Capítulo 8: Uma inicial e uma divisa

Foram instalados numa espécie de masmorra. Depois de meia hora, a prisão iluminou-se. Depois de alguns minutos, apareceram dois homens. Os amigos contaram em francês, inglês, alemão e latim a sua aventura. Não foram compreendidos. Os tripulantes do estranho barco, retiraram-se sem deixar qualquer pista do que fariam. Ned Land estava particularmente revoltado com a atitude dos estranhos. Afinal, falaram que estavam esgotados e famintos, fizeram mímica indicando a penúria que viviam e os tripulantes não fizeram nenhum esboço de haverem entendido a mensagem. Eis que se abriu novamente a porta e lhes foi servido um banquete inesquecível. As iguarias tinham um sabor agradável. Além disso, trouxeram-lhes confortáveis roupas confecionadas com um tecido nunca visto, mas muito confortável. Nos pratos e talheres havia a inscrição: “MOBILIS IN MOBILE N” (Móvel no elemento movente). Depois das refeição, os três, mais tranquilos, caíram em pesado sono.

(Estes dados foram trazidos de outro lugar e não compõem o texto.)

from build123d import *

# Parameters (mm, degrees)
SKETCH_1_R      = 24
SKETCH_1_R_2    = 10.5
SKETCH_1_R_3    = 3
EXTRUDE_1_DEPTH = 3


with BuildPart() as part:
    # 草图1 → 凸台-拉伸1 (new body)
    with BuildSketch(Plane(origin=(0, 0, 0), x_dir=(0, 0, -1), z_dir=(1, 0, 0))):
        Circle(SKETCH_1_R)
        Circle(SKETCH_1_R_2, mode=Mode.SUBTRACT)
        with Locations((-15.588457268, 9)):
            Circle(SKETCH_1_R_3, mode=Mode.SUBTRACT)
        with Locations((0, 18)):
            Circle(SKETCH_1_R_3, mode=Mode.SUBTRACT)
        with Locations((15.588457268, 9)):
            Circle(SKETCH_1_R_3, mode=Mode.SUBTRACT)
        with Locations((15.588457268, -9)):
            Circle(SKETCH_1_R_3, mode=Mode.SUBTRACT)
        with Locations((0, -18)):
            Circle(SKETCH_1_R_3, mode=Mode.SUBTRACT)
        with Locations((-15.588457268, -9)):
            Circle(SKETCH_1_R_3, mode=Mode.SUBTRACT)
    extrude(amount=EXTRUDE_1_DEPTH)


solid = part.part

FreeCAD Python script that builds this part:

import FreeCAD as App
import Part
import Sketcher
Q = App.Units.Quantity

doc = App.newDocument("Part")
body = doc.addObject("PartDesign::Body", "Body")

# Sketch on YZ plane
sketch1 = doc.addObject("Sketcher::SketchObject", "Sketch")
body.addObject(sketch1)
sketch1.AttachmentSupport = (doc.YZ_Plane, [""])
sketch1.MapMode = "FlatFace"
sketch1.addGeometry(Part.Circle(App.Vector(0, 0, 0), App.Vector(0, 0, 1), 24), False)
sketch1.addGeometry(Part.Circle(App.Vector(-9, 15.6, 0), App.Vector(0, 0, 1), 3), False)
sketch1.addGeometry(Part.Circle(App.Vector(-18, 0, 0), App.Vector(0, 0, 1), 3), False)
sketch1.addGeometry(Part.Circle(App.Vector(-9, -15.6, 0), App.Vector(0, 0, 1), 3), False)
sketch1.addGeometry(Part.Circle(App.Vector(9, 15.6, 0), App.Vector(0, 0, 1), 3), False)
sketch1.addGeometry(Part.Circle(App.Vector(0, 0, 0), App.Vector(0, 0, 1), 10.5), False)
sketch1.addGeometry(Part.Circle(App.Vector(9, -15.6, 0), App.Vector(0, 0, 1), 3), False)
sketch1.addGeometry(Part.Circle(App.Vector(18, 0, 0), App.Vector(0, 0, 1), 3), False)
sketch1.addConstraint(Sketcher.Constraint("Coincident", 0, 3, -1, 1))
sketch1.addConstraint(Sketcher.Constraint("Coincident", 5, 3, -1, 1))
sketch1.addConstraint(Sketcher.Constraint("Equal", 1, 2))
sketch1.addConstraint(Sketcher.Constraint("Equal", 2, 3))
sketch1.addConstraint(Sketcher.Constraint("Equal", 3, 4))
sketch1.addConstraint(Sketcher.Constraint("Equal", 4, 6))
sketch1.addConstraint(Sketcher.Constraint("Equal", 6, 7))
sketch1.addConstraint(Sketcher.Constraint("Symmetric", 3, 3, 4, 3, -1, 1))
sketch1.addConstraint(Sketcher.Constraint("Symmetric", 1, 3, 6, 3, -1, 1))
sketch1.addConstraint(Sketcher.Constraint("Symmetric", 2, 3, 7, 3, -1, 1))
sketch1.addConstraint(Sketcher.Constraint("Symmetric", 1, 3, 4, 3, -2))
sketch1.addConstraint(Sketcher.Constraint("PointOnObject", 2, 3, -1))
sketch1.addConstraint(Sketcher.Constraint("Diameter", 0, Q("48 mm")))
sketch1.addConstraint(Sketcher.Constraint("Diameter", 1, Q("6 mm")))
sketch1.addConstraint(Sketcher.Constraint("Diameter", 5, Q("21 mm")))
sketch1.addConstraint(Sketcher.Constraint("DistanceX", 1, 3, -1, 1, Q("9 mm")))
sketch1.addConstraint(Sketcher.Constraint("DistanceX", 2, 3, -1, 1, Q("18 mm")))
sketch1.addConstraint(Sketcher.Constraint("DistanceY", -1, 1, 1, 3, Q("15.588457 mm")))
pad1 = doc.addObject("PartDesign::Pad", "Pad")
body.addObject(pad1)
pad1.Profile = sketch1
pad1.Length = 3

doc.recompute()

Capítulo 9: Estranha Violências de Ned Land

O professor, o primeiro a acordar, percebeu que o barco, o monstro de chapa de aço, subia regularmente à superfície, para respirar à maneira das baleias. Assim funcionava o sistema de ventilação do barco submarino. Os outros dois prisioneiros também acordaram e estavam com fome. As pragas de Ned pela situação vivida contrastavam com as ponderações de Conselho. Conciliador, Aronnax sugeriu que esperassem e sujeitassem-se às circunstâncias, porque não havia outra alternativa. Como a fuga era impossível, Ned sugeriu que tomassem a embarcação. As atitudes do arpoador, praguejando sempre, desmentiam a sua disposição de submeter-se ao cárcere. Lamentava-se, praguejava, andava como fera em redor da jaula, batia nas paredes com os pés e com os punhos. Finalmente, entrou o taifeiro. Impensadamente, Ned atacou-o. Uma voz falou em impecável francês: “Acalme-se, mestre Land, e o senhor, professor, tenha a bondade de ouvir-me.”

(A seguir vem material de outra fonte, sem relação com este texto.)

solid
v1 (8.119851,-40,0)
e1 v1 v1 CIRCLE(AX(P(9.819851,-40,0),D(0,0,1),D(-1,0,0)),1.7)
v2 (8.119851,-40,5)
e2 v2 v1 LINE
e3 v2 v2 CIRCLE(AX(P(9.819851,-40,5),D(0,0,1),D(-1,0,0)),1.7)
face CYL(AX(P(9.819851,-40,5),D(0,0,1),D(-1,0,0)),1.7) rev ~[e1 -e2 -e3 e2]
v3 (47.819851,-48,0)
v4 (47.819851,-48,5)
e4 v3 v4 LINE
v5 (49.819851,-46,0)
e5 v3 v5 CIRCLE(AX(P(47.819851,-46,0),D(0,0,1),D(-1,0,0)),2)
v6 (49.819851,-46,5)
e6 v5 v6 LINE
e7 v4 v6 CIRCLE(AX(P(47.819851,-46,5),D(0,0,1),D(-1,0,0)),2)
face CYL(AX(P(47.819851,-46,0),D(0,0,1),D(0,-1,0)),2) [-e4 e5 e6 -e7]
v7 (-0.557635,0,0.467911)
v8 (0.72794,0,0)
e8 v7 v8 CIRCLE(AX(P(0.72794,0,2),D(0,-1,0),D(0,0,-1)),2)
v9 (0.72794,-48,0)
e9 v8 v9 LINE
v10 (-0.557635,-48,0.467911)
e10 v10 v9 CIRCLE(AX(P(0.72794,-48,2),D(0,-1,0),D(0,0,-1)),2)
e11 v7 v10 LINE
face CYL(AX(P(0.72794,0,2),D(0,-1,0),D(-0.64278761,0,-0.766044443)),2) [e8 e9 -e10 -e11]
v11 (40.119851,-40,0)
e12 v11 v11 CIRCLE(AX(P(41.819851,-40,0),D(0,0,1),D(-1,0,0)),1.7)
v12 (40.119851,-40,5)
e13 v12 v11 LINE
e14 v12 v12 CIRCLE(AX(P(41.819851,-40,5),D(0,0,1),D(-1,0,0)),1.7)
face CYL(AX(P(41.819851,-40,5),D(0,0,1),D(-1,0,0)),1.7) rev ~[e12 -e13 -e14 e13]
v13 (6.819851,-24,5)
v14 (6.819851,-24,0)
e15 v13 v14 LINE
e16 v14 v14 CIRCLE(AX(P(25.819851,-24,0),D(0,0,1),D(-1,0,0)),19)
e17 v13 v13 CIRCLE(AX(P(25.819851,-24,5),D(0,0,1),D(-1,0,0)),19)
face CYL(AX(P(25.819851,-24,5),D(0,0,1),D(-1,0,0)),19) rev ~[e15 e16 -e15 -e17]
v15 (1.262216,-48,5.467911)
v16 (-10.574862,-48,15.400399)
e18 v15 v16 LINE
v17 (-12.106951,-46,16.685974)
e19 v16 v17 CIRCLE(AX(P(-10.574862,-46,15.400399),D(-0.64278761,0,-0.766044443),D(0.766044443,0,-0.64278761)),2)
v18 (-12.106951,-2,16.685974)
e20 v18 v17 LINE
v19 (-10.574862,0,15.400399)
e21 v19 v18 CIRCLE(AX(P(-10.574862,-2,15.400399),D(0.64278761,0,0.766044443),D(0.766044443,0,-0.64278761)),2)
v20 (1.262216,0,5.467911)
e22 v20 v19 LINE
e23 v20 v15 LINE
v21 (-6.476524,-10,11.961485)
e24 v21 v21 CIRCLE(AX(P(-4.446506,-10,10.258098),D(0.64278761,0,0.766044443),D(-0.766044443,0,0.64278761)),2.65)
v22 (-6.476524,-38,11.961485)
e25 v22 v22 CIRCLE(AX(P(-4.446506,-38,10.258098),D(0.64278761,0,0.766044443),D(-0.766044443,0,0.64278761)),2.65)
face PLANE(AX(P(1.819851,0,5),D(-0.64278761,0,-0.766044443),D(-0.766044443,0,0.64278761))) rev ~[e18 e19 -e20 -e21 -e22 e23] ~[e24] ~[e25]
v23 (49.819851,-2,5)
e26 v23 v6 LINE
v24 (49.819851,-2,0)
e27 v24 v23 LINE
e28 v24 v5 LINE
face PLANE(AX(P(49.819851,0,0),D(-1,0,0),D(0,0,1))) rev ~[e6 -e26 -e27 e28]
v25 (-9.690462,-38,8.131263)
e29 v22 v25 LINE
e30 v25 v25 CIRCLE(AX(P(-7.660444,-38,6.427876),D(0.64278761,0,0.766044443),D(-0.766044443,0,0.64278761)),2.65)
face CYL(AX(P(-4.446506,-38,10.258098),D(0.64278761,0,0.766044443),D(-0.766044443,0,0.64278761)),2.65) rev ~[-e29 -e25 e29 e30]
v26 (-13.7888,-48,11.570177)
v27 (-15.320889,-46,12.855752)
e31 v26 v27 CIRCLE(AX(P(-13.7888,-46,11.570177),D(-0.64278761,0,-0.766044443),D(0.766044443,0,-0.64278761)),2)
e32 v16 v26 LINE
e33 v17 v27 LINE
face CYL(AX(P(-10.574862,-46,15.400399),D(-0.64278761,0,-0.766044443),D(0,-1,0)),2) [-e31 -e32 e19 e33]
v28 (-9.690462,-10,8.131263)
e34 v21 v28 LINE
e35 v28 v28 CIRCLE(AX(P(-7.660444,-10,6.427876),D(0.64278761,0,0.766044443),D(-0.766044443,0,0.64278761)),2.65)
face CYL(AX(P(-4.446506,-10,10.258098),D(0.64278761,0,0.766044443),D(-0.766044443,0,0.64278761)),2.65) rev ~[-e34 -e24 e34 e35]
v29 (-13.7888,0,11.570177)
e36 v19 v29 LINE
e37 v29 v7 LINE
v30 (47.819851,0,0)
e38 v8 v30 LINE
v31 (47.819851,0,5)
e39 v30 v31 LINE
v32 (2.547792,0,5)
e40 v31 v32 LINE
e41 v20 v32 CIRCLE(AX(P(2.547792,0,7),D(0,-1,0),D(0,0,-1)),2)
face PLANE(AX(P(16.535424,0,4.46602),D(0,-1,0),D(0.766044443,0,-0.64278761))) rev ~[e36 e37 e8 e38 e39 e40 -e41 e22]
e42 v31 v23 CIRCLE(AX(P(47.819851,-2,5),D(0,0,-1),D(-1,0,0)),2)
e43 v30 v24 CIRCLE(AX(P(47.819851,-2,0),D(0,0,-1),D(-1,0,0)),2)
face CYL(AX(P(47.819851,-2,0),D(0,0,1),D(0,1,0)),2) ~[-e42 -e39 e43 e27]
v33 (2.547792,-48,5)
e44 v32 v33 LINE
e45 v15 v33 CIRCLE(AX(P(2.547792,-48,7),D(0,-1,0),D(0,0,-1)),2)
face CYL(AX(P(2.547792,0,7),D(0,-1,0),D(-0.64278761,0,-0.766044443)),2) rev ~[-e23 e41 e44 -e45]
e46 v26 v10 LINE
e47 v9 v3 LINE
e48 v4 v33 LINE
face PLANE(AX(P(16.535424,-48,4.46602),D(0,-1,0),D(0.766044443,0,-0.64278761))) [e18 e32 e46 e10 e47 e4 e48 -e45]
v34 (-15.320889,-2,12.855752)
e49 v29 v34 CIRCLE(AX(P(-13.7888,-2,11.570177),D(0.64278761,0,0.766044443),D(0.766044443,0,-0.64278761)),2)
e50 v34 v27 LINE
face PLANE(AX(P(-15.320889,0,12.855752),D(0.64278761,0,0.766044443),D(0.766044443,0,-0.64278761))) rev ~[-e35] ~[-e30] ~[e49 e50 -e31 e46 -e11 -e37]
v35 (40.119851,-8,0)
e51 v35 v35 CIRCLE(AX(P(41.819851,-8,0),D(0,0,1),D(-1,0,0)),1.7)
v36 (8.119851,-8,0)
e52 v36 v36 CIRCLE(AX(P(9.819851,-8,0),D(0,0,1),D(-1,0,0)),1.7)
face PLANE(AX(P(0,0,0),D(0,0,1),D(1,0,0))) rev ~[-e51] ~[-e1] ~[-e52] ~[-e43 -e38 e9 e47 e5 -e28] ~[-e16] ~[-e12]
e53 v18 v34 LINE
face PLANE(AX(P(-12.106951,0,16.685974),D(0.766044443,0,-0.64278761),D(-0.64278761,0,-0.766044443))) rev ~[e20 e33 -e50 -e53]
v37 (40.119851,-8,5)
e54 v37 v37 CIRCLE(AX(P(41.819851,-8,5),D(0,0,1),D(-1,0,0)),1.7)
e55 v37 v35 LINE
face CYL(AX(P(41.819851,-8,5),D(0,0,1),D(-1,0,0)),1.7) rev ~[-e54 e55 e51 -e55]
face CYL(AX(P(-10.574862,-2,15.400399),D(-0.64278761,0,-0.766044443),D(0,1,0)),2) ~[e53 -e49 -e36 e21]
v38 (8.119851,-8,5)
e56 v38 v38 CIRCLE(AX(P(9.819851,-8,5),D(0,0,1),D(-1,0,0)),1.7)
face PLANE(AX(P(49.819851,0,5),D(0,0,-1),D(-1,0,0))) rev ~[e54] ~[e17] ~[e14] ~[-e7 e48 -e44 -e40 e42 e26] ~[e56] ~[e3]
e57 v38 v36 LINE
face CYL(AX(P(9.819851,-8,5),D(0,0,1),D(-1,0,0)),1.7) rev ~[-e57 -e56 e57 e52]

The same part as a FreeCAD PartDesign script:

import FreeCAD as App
import Part
import Sketcher
from FreeCAD import Vector
Q = App.Units.Quantity


def edges_at(feature, points):
    """Names of the edges that pass closest to the given points."""
    edges = feature.Shape.Edges
    near = lambda p: min(range(len(edges)), key=lambda i: edges[i].distToShape(Part.Vertex(*p))[0])
    return sorted({f"Edge{near(p) + 1}" for p in points})


def add_polygon(sketch, points):
    """Adds a closed chain of lines whose ends are joined by coincident constraints."""
    first, n = sketch.GeometryCount, len(points)
    for a, b in zip(points, points[1:] + points[:1]):
        sketch.addGeometry(Part.LineSegment(App.Vector(*a, 0), App.Vector(*b, 0)), False)
    for i in range(n):
        sketch.addConstraint(Sketcher.Constraint("Coincident", first + i, 2, first + (i + 1) % n, 1))

doc = App.newDocument("Part")
body = doc.addObject("PartDesign::Body", "Body")

# Sketch on XY plane
sketch1 = body.newObject("Sketcher::SketchObject", "Sketch")
sketch1.AttachmentSupport = (doc.getObject("XY_Plane"), [""])
sketch1.MapMode = "FlatFace"
add_polygon(sketch1, [(-2, 5), (-20, 5), (-20, 0), (0, 0), (38, 32), (35, 36)])  # lines 0-5
sketch1.addConstraint([
    Sketcher.Constraint("Horizontal", 0),
    Sketcher.Constraint("Vertical", 1),
    Sketcher.Constraint("Horizontal", 2),
    Sketcher.Constraint("Coincident", 2, 2, -1, 1),
    Sketcher.Constraint("Perpendicular", 3, 4),
    Sketcher.Constraint("Perpendicular", 4, 5),
    Sketcher.Constraint("DistanceX", 2, 1, 2, 2, Q("20 mm")),
    Sketcher.Constraint("DistanceY", 1, 2, 1, 1, Q("5 mm")),
    Sketcher.Constraint("Angle", 3, Q("40 deg")),
    Sketcher.Constraint("Distance", 4, Q("5 mm")),
    Sketcher.Constraint("Distance", 5, Q("48 mm")),
])
pad1 = body.newObject("PartDesign::Pad", "Pad")
pad1.Profile = sketch1
pad1.Length = 48

# Sketch on XZ plane
sketch2 = body.newObject("Sketcher::SketchObject", "Sketch001")
sketch2.AttachmentSupport = (doc.getObject("XZ_Plane"), [""])
sketch2.MapMode = "FlatFace"
sketch2.AttachmentOffset = App.Placement(Vector(0, 0, -5), App.Rotation())
sketch2.addGeometry([
    Part.Circle(Vector(-10, 10, 0), Vector(0, 0, 1), 2.6),
    Part.Circle(Vector(-10, 38, 0), Vector(0, 0, 1), 2.6),
], False)
sketch2.addConstraint([
    Sketcher.Constraint("Equal", 0, 1),
    Sketcher.Constraint("Vertical", 0, 3, 1, 3),
    Sketcher.Constraint("Diameter", 0, Q("5.3 mm")),
    Sketcher.Constraint("DistanceX", 0, 3, -1, 1, Q("10 mm")),
    Sketcher.Constraint("DistanceY", -1, 1, 0, 3, Q("10 mm")),
    Sketcher.Constraint("DistanceY", -1, 1, 1, 3, Q("38 mm")),
])
pocket1 = body.newObject("PartDesign::Pocket", "Pocket")
pocket1.Profile = sketch2
pocket1.Type = "ThroughAll"
pocket1.Reversed = True

# Sketch on an angled plane
sketch3 = body.newObject("Sketcher::SketchObject", "Sketch002")
sketch3.Placement = App.Placement(Vector(-3.213938, 3.830222, 0), App.Rotation(Vector(-0.766044443, -0.64278761, 0), Vector(0, 0, 1), Vector(-0.64278761, 0.766044443, 0), "ZXY"))
sketch3.addGeometry([
    Part.Circle(Vector(-25.8, 24, 0), Vector(0, 0, 1), 19),  # 0
    Part.Circle(Vector(-9.8, 40, 0), Vector(0, 0, 1), 1.7),  # 1
    Part.Circle(Vector(-9.8, 8, 0), Vector(0, 0, 1), 1.7),  # 2
    Part.Circle(Vector(-41.8, 8, 0), Vector(0, 0, 1), 1.7),  # 3
    Part.Circle(Vector(-41.8, 40, 0), Vector(0, 0, 1), 1.7),  # 4
], False)
sketch3.addConstraint([
    Sketcher.Constraint("Equal", 1, 2),
    Sketcher.Constraint("Equal", 2, 3),
    Sketcher.Constraint("Equal", 3, 4),
    Sketcher.Constraint("Horizontal", 2, 3, 3, 3),
    Sketcher.Constraint("Horizontal", 1, 3, 4, 3),
    Sketcher.Constraint("Vertical", 1, 3, 2, 3),
    Sketcher.Constraint("Vertical", 3, 3, 4, 3),
    Sketcher.Constraint("Diameter", 0, Q("38 mm")),
    Sketcher.Constraint("Diameter", 1, Q("3.4 mm")),
    Sketcher.Constraint("DistanceY", -1, 1, 0, 3, Q("24 mm")),
    Sketcher.Constraint("DistanceY", -1, 1, 1, 3, Q("40 mm")),
    Sketcher.Constraint("DistanceY", -1, 1, 2, 3, Q("8 mm")),
    Sketcher.Constraint("DistanceX", 0, 3, 1, 3, Q("16 mm")),
    Sketcher.Constraint("DistanceX", 3, 3, 0, 3, Q("16 mm")),
    Sketcher.Constraint("DistanceX", 0, 3, -1, 1, Q("25.819851 mm")),
])
pocket2 = body.newObject("PartDesign::Pocket", "Pocket001")
pocket2.Profile = sketch3
pocket2.Type = "ThroughAll"
body2 = doc.addObject("PartDesign::Body", "Body001")
doc.recompute()

body.Placement = App.Placement(Vector(0, 0, 0), App.Rotation(Vector(0, 0, -1), 40))
boolean = body2.newObject("PartDesign::Boolean", "Boolean")
boolean.Type = "Fuse"
boolean.addObjects([body])
body3 = doc.addObject("PartDesign::Body", "Body002")
doc.recompute()

body2.Placement = App.Placement(Vector(0, 0, 0), App.Rotation(Vector(1, 0, 0), 90))
boolean2 = body3.newObject("PartDesign::Boolean", "Boolean001")
boolean2.Type = "Fuse"
boolean2.addObjects([body2])
doc.recompute()

fillet = body3.newObject("PartDesign::Fillet", "Fillet")
fillet.Base = (boolean2, edges_at(boolean2, [
    (1.82, -24, 5),
    (0, -24, 0),
    (-13.714, 0, 14.771),
    (-13.714, -48, 14.771),
    (49.82, 0, 2.5),
    (49.82, -48, 2.5),
]))
fillet.Radius = 2

doc.recompute()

Capítulo 10: Estranha O Homem das Águas

Era o comandante que assim falava. Repreendeu-os por haverem interrompido a privacidade de alguém que havia rompido relações com a humanidade. O professou explicou-lhe que a fragata Abraão Lincoln julgava estar na caça de possante monstro marinho. Depois de informar que renegara a civilização, e que, portanto, não lhe cobrassem atos civilizados, disse que os prisioneiros gozariam de relativa liberdade no interior do navio. Apenas teriam que se sujeitar a pequenos períodos reclusos quando fossem necessárias atividades secretas na embarcação. O comandante disse ainda que ele fora o atacado e que vencera. Portanto, tinha todo o direito de estabelecer as regras. No final, disse que estudioso da obra do professor e que ele seria muito útil naquela viagem para o país das maravilhas. O comandante identificou-se: Gostaria de ser chamado de Nemo, capitão do navio Náutilo. Ned e Conselho foram levados de volta à cela para jantarem. O professor foi convidado por Nemo para fazer a refeição em sua sala de jantar particular. Alimentaram-se de iguarias produzidas a partir de matérias primas fornecidas pelo mar. Aquele vasto mar, não apenas alimentava a tripulação, mas também vestia-a. As roupas eram confeccionadas com tecidos manufaturados de seres marinhos. O mesmo acontecia com os colchões, os perfumes. No Náutilo, tudo provinha do mar. Depois de fazer alentado discurso sobre a fartura de alimentos no mar, Nemo convidou Pedro Aronnax para uma visita ao Náutilo.